• [EXERCISE REQUIREMENTS]:
Stop at the line containing "# FreeCAD 1.0 macro for this part": every line of the listing from the first up to that one must be set down exactly.

• [DATA IN THIS EXERCISE]:
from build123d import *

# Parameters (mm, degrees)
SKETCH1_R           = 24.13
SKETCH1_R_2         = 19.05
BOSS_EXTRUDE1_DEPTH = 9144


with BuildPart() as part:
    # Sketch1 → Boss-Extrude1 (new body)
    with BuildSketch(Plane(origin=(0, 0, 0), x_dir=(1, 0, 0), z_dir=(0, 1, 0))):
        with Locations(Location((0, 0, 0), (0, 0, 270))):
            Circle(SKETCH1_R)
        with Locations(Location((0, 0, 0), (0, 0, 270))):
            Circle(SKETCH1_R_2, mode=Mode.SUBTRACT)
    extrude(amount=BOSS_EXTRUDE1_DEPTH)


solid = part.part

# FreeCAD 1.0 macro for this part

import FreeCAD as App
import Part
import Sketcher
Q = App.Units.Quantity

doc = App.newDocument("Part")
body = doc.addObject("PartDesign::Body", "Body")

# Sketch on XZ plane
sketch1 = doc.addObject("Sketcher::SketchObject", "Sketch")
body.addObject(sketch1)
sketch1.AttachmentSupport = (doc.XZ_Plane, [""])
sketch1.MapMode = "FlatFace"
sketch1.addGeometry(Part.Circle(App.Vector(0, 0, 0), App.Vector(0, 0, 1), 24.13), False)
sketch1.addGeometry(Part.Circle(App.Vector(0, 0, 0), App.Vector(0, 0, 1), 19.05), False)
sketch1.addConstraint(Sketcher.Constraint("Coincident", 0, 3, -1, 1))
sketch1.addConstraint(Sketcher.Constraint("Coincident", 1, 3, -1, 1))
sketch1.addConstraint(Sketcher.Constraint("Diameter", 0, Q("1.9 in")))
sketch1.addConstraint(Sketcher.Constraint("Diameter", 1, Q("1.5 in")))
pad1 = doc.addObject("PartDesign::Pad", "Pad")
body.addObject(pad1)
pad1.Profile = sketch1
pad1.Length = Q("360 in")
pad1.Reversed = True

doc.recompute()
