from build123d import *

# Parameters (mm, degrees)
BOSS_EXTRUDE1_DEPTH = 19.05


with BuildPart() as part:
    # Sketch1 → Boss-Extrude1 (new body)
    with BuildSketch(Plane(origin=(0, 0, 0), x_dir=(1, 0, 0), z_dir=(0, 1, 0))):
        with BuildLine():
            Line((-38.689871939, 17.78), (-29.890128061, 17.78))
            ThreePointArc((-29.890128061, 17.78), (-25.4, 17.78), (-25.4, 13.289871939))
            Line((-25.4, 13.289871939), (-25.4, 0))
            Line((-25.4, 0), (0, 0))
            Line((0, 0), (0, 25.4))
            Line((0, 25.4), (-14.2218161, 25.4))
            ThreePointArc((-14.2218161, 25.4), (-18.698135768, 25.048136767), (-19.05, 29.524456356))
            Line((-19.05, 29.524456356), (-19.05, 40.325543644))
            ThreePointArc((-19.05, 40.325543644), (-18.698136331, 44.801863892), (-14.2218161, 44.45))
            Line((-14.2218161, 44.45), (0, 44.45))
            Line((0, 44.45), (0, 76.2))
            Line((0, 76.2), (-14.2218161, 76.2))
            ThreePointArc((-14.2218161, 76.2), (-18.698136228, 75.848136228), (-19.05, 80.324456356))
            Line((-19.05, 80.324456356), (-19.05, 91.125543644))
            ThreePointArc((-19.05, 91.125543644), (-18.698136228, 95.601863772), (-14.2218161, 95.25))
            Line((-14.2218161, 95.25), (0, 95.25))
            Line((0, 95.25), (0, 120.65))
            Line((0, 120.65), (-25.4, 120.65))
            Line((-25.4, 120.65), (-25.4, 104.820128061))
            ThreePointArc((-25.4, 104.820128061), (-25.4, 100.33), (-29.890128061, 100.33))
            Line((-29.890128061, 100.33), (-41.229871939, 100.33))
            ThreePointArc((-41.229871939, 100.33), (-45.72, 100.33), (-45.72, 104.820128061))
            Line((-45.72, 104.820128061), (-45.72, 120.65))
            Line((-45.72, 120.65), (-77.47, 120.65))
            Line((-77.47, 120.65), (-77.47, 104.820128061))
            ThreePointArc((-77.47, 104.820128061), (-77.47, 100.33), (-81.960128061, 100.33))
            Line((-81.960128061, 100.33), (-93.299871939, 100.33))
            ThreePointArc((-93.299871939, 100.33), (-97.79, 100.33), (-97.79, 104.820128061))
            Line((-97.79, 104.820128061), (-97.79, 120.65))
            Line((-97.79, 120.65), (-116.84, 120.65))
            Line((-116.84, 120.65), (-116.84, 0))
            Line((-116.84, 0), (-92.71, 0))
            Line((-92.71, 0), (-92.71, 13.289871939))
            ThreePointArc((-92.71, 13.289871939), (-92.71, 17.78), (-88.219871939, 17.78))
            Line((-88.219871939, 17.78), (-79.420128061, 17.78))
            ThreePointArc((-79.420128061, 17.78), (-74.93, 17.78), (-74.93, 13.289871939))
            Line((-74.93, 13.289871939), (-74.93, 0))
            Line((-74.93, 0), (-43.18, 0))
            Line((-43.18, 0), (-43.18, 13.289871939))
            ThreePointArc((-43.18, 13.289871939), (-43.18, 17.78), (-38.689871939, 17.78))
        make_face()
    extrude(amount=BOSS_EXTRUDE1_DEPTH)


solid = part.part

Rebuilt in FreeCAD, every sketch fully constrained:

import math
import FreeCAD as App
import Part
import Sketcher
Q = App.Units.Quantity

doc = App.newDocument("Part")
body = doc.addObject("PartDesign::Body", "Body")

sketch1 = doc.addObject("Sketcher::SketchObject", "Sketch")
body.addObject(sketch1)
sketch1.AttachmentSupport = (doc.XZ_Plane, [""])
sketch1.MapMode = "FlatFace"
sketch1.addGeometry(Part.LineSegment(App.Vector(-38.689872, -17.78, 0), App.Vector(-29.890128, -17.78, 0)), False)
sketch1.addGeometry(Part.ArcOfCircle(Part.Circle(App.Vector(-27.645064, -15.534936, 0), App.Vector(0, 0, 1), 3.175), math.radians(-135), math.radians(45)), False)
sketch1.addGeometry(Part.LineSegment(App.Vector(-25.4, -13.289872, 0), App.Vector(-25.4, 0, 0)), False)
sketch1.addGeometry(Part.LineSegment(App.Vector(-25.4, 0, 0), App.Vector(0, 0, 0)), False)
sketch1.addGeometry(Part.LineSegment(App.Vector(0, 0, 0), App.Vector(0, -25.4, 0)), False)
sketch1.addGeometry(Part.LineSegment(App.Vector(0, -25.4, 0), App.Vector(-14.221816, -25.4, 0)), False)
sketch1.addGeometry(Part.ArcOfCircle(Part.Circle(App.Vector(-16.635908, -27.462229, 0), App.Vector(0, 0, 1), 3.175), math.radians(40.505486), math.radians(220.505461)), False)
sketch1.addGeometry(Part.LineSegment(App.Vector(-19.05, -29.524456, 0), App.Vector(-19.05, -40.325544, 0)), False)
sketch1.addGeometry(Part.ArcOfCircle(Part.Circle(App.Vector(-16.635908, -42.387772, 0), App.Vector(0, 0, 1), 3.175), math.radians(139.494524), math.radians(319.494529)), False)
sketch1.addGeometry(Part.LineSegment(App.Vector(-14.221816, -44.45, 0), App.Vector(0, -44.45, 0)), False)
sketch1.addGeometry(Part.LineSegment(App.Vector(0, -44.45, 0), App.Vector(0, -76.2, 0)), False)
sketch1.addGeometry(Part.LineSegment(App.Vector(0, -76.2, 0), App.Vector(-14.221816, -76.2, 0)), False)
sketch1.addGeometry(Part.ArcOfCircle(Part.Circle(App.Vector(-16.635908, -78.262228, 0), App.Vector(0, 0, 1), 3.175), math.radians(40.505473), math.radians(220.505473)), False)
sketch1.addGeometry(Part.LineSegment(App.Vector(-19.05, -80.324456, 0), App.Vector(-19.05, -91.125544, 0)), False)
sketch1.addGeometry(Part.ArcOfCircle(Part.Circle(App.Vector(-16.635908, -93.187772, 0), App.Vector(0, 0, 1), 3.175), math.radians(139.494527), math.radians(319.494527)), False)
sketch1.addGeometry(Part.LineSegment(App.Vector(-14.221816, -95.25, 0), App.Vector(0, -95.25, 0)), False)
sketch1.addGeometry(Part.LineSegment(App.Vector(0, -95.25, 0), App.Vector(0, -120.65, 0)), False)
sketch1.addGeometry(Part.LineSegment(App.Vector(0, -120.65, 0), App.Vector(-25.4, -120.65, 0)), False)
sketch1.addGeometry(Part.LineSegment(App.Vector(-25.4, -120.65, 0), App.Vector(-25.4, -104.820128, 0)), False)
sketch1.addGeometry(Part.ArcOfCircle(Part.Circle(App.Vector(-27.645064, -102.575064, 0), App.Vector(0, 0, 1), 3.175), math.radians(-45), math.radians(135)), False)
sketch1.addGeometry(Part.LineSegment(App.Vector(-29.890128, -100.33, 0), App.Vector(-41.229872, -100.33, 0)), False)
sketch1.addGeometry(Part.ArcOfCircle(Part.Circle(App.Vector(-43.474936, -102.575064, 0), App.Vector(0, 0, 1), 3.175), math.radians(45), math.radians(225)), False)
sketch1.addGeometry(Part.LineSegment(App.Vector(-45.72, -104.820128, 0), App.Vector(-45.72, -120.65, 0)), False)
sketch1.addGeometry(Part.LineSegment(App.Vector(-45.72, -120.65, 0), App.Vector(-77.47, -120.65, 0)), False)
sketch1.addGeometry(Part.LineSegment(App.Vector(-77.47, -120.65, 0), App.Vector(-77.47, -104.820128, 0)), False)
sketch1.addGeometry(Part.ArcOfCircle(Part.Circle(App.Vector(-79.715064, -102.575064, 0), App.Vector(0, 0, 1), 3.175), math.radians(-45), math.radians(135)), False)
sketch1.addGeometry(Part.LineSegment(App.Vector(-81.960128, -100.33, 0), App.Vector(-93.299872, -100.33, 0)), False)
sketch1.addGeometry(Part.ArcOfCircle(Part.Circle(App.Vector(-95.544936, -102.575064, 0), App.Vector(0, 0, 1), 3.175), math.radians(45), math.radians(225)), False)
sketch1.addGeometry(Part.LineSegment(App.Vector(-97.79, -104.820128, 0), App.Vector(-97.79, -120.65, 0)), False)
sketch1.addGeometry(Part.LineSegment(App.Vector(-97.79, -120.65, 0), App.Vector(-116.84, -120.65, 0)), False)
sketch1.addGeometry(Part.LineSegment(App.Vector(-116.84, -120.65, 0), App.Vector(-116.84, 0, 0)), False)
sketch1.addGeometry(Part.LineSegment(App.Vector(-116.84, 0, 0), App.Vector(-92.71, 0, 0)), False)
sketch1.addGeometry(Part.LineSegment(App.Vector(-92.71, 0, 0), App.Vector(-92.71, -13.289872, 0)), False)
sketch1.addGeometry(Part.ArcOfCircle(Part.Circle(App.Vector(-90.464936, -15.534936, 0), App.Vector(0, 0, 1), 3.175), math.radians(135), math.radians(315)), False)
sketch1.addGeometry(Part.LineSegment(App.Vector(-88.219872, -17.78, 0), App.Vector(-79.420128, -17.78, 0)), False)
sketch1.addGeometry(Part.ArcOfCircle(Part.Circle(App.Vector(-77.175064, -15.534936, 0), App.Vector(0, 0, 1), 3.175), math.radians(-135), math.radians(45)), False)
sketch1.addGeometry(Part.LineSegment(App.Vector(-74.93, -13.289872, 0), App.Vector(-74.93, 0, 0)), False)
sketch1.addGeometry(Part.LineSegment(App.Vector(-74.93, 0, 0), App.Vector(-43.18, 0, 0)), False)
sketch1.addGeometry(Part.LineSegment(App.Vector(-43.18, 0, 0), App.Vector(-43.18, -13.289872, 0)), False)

• [SOLUTION TO THE PROBLEM]:
from build123d import *

# Parameters (mm, degrees)
SKETCH1_R           = 24.13
SKETCH1_R_2         = 19.05
BOSS_EXTRUDE1_DEPTH = 9144


with BuildPart() as part:
    # Sketch1 → Boss-Extrude1 (new body)
    with BuildSketch(Plane(origin=(0, 0, 0), x_dir=(1, 0, 0), z_dir=(0, 1, 0))):
        with Locations(Location((0, 0, 0), (0, 0, 270))):
            Circle(SKETCH1_R)
        with Locations(Location((0, 0, 0), (0, 0, 270))):
            Circle(SKETCH1_R_2, mode=Mode.SUBTRACT)
    extrude(amount=BOSS_EXTRUDE1_DEPTH)


solid = part.part

# FreeCAD 1.0 macro for this part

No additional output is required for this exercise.